Aim of the exercise –
Among the records, which lines hold the word "amount"? Pick them out.

(Data records)

******

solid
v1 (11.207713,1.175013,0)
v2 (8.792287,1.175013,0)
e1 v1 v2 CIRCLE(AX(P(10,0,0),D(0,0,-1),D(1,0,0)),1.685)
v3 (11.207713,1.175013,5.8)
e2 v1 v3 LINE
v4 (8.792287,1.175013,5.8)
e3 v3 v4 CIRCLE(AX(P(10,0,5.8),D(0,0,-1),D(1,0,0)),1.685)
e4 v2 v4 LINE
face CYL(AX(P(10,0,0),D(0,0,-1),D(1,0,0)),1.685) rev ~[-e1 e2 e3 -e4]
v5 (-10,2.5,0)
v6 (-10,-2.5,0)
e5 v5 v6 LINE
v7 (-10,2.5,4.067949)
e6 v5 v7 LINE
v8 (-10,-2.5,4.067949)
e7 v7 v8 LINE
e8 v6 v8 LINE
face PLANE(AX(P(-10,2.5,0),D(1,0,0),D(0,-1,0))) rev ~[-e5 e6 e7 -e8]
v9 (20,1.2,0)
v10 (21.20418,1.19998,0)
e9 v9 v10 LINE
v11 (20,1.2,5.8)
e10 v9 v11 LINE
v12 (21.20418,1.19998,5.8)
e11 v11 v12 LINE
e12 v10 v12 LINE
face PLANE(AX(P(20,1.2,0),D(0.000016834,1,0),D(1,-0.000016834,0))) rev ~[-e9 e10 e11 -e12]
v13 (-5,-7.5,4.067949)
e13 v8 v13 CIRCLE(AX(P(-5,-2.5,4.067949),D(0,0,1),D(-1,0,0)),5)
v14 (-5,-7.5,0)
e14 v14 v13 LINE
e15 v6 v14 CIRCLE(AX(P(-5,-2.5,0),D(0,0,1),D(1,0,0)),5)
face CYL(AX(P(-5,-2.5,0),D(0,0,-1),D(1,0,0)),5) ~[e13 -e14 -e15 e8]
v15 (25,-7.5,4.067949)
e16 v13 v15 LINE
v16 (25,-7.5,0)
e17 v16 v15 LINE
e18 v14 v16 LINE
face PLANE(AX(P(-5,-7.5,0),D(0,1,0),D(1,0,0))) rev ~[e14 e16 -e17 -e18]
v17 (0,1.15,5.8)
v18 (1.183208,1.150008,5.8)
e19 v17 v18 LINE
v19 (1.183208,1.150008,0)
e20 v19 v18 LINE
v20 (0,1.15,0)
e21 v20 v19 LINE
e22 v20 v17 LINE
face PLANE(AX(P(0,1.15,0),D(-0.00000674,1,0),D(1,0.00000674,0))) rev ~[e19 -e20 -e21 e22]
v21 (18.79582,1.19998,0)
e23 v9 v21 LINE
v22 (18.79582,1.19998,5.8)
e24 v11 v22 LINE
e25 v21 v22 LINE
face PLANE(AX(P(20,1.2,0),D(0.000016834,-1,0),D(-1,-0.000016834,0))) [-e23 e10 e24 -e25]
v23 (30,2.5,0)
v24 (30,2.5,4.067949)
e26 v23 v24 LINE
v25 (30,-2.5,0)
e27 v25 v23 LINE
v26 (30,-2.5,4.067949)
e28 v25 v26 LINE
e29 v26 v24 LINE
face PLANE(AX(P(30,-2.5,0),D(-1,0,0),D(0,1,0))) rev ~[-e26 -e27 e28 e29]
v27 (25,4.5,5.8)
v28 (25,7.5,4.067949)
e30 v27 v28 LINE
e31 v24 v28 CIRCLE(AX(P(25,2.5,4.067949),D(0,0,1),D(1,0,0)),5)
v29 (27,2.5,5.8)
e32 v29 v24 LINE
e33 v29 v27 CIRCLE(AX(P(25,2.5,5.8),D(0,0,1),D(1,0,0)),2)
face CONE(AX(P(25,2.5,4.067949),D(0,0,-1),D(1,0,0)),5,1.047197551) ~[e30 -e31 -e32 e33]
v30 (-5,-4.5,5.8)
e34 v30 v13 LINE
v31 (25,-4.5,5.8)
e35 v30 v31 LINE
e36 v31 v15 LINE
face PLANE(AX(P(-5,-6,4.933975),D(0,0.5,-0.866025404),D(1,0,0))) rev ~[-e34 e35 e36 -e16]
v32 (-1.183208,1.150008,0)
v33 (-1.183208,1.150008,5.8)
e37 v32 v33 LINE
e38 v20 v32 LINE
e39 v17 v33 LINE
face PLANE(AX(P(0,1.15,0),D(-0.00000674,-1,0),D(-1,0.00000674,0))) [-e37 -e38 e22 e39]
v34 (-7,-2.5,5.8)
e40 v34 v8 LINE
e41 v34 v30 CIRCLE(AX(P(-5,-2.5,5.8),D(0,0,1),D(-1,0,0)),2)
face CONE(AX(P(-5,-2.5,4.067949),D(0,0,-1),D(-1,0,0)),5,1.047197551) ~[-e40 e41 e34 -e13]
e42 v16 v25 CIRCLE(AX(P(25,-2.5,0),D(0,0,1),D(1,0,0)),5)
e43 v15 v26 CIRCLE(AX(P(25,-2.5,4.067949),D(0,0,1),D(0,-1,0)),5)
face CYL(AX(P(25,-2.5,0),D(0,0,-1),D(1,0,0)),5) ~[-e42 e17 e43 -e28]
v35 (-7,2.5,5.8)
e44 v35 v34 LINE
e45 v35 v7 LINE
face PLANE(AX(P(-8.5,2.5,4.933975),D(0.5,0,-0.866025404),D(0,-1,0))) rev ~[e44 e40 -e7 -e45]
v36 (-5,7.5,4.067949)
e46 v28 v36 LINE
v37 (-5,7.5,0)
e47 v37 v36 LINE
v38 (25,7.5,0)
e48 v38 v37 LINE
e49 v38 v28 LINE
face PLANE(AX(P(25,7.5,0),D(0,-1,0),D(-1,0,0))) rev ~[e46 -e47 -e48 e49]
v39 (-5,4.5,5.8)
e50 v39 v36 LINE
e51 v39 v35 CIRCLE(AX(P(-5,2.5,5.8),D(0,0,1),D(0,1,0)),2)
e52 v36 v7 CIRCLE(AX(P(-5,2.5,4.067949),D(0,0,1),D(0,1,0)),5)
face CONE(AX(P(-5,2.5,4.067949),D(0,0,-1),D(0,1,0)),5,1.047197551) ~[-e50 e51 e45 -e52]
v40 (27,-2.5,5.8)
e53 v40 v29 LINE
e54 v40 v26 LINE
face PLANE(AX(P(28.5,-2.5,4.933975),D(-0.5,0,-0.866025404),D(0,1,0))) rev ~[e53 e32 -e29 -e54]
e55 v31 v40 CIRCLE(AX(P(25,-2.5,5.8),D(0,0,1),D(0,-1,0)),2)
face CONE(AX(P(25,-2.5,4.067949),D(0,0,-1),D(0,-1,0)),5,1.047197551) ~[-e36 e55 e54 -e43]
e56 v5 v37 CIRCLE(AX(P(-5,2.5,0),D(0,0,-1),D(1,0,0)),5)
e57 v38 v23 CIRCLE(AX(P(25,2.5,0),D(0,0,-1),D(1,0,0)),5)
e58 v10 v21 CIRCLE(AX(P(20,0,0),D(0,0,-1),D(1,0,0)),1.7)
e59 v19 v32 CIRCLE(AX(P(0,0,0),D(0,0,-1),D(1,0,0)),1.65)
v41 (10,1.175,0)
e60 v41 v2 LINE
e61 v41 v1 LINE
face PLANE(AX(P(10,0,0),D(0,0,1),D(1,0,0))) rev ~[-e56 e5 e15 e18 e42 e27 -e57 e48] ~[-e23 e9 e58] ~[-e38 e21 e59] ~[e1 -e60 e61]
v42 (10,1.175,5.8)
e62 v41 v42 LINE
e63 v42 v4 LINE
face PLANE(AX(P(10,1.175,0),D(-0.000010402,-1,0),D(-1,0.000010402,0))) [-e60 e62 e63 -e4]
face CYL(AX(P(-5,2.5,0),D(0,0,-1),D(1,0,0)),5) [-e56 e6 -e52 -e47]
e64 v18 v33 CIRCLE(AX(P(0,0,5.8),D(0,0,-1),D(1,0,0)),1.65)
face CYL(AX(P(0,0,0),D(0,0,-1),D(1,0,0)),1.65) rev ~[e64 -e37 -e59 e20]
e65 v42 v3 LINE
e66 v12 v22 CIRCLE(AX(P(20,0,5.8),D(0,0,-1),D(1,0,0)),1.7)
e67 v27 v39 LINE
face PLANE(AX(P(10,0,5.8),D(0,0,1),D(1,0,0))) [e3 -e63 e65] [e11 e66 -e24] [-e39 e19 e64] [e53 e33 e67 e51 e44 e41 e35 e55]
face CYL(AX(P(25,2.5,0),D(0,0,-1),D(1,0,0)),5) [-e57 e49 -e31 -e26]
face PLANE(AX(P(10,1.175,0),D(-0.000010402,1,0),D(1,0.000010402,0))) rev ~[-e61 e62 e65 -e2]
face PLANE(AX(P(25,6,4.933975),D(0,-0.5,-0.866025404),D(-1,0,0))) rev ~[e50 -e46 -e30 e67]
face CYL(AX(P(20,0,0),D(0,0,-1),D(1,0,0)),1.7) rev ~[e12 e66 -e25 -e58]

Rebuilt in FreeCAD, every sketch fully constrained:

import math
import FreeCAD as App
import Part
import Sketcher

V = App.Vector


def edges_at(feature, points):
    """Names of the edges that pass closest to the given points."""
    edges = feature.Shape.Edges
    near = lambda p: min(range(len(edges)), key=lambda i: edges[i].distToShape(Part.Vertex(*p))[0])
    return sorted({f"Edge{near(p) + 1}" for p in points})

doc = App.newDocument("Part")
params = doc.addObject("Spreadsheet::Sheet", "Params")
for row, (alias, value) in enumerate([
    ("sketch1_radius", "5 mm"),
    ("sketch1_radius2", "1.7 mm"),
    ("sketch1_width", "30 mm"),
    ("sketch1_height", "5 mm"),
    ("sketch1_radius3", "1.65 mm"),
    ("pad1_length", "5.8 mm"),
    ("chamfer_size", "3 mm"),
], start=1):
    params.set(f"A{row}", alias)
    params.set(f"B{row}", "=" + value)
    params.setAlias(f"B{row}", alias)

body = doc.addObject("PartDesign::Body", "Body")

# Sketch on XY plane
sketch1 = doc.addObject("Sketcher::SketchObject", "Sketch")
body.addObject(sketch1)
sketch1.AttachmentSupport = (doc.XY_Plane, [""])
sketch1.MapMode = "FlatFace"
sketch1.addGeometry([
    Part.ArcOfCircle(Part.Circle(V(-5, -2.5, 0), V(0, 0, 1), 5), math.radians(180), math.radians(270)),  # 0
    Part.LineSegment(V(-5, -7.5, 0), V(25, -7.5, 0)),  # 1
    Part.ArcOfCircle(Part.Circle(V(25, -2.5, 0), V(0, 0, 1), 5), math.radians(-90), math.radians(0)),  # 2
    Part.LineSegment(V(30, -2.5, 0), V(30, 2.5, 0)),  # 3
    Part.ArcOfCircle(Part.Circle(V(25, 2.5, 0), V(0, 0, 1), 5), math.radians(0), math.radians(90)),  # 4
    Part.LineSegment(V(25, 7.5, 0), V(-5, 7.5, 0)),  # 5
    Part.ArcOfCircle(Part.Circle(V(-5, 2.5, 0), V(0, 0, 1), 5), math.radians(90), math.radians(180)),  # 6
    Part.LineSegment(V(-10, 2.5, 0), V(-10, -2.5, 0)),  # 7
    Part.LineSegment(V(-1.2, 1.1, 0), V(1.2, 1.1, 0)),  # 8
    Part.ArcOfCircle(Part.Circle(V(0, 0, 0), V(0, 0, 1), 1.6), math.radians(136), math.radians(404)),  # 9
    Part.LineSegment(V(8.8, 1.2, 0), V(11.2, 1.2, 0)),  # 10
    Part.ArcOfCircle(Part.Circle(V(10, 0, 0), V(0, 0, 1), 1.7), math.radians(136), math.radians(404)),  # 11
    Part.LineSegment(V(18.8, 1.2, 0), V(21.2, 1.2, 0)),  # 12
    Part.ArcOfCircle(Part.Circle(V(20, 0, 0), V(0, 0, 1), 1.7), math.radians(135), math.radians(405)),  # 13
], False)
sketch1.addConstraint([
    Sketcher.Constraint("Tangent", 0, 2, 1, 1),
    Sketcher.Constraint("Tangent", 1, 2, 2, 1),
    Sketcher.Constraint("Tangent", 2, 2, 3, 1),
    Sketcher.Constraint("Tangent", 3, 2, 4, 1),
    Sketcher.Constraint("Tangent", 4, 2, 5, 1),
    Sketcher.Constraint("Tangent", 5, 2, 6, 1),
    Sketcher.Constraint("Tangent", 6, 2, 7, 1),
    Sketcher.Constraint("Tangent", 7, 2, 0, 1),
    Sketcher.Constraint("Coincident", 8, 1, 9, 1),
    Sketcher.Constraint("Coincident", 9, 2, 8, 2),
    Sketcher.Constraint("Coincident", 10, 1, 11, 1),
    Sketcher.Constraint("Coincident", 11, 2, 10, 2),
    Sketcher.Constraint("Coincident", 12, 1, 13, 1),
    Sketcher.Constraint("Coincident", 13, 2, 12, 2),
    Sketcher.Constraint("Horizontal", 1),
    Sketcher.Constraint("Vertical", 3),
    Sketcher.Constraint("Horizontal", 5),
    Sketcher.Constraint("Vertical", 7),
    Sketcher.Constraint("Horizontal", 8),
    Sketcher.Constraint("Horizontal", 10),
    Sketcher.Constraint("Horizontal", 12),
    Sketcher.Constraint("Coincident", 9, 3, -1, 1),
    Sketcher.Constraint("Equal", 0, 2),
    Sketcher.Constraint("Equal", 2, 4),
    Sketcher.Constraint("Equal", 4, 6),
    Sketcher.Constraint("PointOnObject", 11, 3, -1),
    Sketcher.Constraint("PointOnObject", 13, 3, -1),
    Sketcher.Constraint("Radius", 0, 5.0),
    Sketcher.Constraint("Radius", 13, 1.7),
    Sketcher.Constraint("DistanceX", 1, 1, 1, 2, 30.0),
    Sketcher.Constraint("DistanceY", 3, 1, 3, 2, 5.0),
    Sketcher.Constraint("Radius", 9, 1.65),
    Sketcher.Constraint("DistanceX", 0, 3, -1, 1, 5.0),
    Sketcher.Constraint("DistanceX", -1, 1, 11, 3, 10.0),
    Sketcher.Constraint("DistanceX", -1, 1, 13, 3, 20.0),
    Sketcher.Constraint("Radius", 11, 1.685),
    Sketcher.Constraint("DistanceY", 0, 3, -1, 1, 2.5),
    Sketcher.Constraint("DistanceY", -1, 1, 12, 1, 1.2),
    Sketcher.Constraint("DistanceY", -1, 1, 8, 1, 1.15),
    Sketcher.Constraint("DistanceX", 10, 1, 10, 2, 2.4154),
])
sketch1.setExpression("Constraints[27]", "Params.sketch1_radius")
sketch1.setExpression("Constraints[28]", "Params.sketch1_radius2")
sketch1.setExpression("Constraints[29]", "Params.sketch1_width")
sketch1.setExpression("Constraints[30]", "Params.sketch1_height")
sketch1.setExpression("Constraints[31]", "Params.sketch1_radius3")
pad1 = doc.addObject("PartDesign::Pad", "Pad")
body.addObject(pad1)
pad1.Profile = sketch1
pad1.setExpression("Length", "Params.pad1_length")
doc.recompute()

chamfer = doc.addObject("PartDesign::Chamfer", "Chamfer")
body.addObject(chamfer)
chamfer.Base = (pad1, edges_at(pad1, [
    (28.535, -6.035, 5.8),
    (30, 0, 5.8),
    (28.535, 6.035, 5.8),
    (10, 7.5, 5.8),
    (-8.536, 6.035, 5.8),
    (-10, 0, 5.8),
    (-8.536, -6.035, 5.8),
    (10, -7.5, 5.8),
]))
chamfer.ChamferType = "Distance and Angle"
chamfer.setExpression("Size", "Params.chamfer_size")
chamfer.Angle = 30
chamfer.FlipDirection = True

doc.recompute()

******

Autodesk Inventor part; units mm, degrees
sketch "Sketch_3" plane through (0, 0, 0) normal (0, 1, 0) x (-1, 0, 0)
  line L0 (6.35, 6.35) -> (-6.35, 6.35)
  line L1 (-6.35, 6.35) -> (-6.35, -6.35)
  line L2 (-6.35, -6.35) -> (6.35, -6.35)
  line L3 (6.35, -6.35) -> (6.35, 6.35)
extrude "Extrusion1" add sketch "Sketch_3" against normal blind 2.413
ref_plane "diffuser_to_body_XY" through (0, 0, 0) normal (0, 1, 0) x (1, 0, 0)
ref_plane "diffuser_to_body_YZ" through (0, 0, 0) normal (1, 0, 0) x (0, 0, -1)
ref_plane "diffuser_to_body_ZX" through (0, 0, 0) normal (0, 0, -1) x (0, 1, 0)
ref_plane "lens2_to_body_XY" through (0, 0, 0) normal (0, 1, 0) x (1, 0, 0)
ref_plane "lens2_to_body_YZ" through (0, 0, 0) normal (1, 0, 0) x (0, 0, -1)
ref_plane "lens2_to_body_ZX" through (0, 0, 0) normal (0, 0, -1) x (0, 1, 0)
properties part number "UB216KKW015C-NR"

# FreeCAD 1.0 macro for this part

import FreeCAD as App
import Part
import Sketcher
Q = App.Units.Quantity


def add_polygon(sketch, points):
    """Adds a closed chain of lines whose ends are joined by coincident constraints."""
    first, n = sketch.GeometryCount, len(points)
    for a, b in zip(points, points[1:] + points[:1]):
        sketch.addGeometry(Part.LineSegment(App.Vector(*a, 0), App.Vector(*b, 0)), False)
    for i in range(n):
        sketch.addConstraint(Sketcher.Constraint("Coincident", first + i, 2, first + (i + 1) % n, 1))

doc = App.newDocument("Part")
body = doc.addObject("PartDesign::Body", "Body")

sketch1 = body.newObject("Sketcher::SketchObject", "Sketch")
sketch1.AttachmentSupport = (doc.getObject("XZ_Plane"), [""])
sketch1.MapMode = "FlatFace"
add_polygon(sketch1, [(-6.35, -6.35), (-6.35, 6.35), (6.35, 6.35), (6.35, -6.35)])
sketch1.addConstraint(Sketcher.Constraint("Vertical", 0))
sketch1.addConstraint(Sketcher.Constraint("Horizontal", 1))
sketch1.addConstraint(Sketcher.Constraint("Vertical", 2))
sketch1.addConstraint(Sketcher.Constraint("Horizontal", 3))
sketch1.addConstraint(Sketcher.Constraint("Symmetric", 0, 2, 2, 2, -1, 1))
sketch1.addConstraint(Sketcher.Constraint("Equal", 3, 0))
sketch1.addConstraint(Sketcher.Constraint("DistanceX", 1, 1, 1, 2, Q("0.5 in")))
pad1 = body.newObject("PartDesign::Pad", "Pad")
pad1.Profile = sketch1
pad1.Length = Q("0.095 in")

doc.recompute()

******

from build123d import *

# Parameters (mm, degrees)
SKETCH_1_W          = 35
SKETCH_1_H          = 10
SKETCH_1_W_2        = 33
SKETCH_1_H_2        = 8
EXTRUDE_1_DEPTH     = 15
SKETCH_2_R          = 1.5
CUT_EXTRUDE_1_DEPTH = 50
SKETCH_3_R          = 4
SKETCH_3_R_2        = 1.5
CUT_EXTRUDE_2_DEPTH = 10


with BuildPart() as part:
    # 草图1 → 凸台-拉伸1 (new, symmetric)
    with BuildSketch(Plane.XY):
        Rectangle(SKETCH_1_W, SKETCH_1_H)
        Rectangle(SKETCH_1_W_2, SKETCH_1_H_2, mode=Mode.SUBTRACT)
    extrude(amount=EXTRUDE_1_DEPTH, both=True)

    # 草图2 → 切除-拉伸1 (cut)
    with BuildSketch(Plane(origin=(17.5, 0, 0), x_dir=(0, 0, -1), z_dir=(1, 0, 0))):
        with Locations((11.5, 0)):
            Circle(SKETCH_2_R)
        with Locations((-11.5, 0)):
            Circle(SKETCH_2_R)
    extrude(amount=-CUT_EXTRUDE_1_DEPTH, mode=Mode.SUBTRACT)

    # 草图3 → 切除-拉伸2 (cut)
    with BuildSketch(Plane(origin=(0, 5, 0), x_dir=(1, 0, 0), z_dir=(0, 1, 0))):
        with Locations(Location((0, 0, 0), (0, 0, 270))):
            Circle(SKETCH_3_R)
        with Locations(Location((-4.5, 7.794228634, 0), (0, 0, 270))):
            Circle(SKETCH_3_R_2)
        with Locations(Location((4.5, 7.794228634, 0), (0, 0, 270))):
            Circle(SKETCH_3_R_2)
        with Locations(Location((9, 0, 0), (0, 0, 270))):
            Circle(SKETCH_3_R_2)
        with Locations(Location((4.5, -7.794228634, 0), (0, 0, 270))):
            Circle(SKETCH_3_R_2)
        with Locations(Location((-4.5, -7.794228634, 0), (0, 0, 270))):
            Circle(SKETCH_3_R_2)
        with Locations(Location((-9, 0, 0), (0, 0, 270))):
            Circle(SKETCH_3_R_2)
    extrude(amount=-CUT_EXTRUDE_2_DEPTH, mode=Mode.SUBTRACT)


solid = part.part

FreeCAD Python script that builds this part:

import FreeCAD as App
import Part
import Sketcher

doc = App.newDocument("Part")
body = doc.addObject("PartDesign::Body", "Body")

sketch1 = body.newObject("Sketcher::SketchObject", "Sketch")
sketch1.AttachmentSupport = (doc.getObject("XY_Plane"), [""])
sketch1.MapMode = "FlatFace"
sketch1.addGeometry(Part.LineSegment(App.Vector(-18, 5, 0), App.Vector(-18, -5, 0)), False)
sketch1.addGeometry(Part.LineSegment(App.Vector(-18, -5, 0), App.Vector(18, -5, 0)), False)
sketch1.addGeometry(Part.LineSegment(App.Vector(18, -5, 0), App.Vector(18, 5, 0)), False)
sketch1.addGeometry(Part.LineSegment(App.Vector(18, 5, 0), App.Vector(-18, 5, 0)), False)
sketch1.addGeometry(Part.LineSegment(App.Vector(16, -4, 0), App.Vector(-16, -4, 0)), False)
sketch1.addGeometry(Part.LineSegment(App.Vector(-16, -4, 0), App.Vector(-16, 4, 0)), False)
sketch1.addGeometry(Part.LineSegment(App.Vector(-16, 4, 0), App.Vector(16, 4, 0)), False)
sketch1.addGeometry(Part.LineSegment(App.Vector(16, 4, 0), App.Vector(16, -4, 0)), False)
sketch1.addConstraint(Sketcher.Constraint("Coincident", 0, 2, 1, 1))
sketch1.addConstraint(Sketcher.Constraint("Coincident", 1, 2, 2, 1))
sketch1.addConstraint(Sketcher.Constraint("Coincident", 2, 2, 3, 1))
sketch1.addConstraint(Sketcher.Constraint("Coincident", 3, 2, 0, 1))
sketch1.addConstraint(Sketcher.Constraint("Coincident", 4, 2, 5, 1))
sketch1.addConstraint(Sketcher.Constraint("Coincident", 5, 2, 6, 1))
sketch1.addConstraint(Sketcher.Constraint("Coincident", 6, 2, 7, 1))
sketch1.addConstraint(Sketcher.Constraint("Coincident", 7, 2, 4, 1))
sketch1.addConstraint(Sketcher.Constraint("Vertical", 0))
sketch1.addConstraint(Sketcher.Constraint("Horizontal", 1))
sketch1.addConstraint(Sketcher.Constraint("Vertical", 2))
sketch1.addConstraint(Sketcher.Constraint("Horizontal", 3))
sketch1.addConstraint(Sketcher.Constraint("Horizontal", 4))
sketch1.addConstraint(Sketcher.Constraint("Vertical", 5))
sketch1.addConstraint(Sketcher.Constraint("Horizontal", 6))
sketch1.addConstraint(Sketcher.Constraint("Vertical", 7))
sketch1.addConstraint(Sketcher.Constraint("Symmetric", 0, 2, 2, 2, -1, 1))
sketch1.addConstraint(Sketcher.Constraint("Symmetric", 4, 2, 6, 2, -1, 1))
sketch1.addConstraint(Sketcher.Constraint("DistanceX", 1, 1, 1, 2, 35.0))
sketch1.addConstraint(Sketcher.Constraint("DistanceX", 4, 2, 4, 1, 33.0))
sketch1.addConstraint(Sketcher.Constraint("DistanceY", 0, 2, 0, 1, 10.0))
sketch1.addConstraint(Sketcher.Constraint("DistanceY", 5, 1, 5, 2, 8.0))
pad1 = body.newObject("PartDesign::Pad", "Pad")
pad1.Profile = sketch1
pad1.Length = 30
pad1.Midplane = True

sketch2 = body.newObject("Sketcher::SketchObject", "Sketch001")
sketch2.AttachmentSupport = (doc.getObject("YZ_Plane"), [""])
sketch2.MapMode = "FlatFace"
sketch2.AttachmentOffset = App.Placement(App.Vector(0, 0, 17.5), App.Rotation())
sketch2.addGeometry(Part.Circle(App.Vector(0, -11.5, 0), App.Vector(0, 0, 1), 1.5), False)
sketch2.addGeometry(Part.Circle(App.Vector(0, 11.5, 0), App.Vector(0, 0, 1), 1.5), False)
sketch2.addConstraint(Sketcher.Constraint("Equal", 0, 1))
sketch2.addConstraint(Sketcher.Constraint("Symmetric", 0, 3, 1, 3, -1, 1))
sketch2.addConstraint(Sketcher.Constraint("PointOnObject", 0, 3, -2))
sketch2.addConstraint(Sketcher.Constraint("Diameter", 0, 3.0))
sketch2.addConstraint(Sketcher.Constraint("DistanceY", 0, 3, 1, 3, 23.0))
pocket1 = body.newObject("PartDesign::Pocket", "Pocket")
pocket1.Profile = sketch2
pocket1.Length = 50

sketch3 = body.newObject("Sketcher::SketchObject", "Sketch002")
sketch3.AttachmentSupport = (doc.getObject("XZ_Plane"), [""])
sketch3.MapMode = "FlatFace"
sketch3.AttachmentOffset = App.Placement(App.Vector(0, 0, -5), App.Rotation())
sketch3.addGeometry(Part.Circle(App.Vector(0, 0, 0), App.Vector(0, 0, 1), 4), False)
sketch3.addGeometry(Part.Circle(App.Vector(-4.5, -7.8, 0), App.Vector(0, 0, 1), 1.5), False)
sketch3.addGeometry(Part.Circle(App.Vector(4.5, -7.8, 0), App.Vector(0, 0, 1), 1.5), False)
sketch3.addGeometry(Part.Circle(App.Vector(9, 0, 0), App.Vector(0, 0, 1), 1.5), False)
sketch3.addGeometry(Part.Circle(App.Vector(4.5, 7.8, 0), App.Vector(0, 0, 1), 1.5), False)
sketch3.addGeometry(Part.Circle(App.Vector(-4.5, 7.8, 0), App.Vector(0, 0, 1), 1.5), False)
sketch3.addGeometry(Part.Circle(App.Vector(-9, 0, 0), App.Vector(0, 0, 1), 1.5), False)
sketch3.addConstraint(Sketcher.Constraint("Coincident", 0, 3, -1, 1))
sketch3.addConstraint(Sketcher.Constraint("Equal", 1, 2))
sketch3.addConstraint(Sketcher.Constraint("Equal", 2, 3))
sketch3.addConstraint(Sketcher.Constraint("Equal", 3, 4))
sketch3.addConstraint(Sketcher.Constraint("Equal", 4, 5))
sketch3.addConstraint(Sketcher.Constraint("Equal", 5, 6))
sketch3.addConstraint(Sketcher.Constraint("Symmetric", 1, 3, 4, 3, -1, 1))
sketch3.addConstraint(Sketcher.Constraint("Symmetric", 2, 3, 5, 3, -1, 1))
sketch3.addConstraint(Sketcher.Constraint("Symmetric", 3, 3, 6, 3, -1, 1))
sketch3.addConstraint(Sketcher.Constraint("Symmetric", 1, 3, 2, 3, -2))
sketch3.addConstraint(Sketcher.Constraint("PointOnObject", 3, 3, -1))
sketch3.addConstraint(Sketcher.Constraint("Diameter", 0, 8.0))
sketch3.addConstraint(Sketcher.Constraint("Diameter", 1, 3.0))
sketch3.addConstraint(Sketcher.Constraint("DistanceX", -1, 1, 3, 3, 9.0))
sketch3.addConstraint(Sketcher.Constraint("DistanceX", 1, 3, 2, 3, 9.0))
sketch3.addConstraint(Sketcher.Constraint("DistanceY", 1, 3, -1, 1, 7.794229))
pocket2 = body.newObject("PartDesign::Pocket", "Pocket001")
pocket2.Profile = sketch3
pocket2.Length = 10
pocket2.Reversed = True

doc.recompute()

******

Written response –
    extrude(amount=EXTRUDE_1_DEPTH, both=True)
    extrude(amount=-CUT_EXTRUDE_1_DEPTH, mode=Mode.SUBTRACT)
    extrude(amount=-CUT_EXTRUDE_2_DEPTH, mode=Mode.SUBTRACT)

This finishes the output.